Family Home Visiting Screening and Assessment Recommendations

MDH FHV Program recommends universal screening for child development, child’s social-emotional growth, caregiver depression, intimate partner violence (domestic/sexual violence and coercion), chemical and tobacco use and home safety. Screening reinforces parent and child strengths and supports the home visitor in strategizing interventions.

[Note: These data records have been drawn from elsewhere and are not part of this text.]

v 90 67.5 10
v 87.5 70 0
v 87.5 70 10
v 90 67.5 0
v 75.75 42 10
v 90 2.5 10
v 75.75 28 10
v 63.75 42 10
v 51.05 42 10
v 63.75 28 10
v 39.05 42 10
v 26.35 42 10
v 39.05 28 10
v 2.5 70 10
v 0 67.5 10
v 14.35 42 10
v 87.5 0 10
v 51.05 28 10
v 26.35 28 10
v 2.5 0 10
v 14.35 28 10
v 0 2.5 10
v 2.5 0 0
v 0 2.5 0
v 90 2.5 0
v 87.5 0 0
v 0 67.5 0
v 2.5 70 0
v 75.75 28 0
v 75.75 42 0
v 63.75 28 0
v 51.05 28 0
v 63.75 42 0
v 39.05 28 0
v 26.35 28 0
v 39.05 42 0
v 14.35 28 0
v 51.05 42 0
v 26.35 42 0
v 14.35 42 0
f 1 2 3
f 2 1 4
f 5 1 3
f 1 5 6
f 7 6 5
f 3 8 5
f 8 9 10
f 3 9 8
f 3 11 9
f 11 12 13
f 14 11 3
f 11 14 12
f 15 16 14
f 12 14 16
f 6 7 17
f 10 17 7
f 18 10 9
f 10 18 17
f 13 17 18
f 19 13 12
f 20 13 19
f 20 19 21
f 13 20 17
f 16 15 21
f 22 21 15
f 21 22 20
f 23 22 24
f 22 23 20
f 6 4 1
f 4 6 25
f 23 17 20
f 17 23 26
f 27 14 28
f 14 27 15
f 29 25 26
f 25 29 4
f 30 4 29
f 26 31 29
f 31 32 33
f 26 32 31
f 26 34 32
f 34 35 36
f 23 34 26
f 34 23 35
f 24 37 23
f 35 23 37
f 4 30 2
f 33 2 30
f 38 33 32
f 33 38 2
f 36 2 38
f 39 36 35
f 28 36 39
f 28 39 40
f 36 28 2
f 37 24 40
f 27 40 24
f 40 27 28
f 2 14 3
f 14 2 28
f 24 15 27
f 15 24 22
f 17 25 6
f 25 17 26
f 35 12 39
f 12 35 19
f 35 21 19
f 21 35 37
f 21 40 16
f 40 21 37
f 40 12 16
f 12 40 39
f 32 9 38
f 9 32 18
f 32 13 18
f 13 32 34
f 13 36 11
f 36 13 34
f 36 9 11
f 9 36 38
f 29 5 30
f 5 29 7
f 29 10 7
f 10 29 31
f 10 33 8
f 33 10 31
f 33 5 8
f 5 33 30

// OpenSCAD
$fn = 32;

// ----------------------------------------------------------------------
// Windowed plate: 3 voids, 90 x 70 x 10 mm
// ----------------------------------------------------------------------

// --- parameters (mm) ---
plate_l = 90;             // plate length, X
plate_w = 70;             // plate width, Y
plate_t = 10;             // plate thickness, Z
edge_margin = 8;          // wall from the plate edge to any window
windows = 3;              // number of windows in the row
win_l = 12;               // window length
win_w = 14;               // window width
win_pitch = 24.7;         // window pitch along X
depth_1 = 10;             // depth of void 1 (full thickness = through)
depth_2 = 10;             // depth of void 2 (full thickness = through)
depth_3 = 10;             // depth of void 3 (full thickness = through)
corner_c = 2.5;           // corner chamfer of the plate

profile = [[2.5, 0], [87.5, 0], [90, 2.5], [90, 67.5], [87.5, 70], [2.5, 70], [0, 67.5], [0, 2.5]];  // primary outline, 8 points, counter clockwise
void_1 = [[14.35, 28], [26.35, 28], [26.35, 42], [14.35, 42]];  // window 1 of the row, 4 points
void_2 = [[39.05, 28], [51.05, 28], [51.05, 42], [39.05, 42]];  // window 2 of the row, 4 points
void_3 = [[63.75, 28], [75.75, 28], [75.75, 42], [63.75, 42]];  // window 3 of the row, 4 points

// --- the one profile operation ---
difference() {
  linear_extrude(height = plate_t) polygon(points = profile);
  translate([0, 0, -1])
    linear_extrude(height = plate_t + 2) polygon(points = void_1);
  translate([0, 0, -1])
    linear_extrude(height = plate_t + 2) polygon(points = void_2);
  translate([0, 0, -1])
    linear_extrude(height = plate_t + 2) polygon(points = void_3);
}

  • Which home visiting model, agency protocol and screening tool used are all considerations when considering when to screen.
  • Home visitors might also consider screening between the ages your program recommends (intervals) if professional judgement indicates it is needed or previous screens indicate a need for monitoring or rescreening.
  • Screening will lead to referrals. Part of screening is preparing for referrals by developing a referral network and protocol for home visitors. Tips for developing referrals are included in some protocols linked to this page.

The words screening and assessment are often used inter-changeably. For purposes of these materials, screening is short in length, quick to administer and score, and typically identifies if there is a need for further evaluation. Screening results can be used by the home visitor to partner with the family to set goals, plan for activities and develop resources to strengthen parenting skills.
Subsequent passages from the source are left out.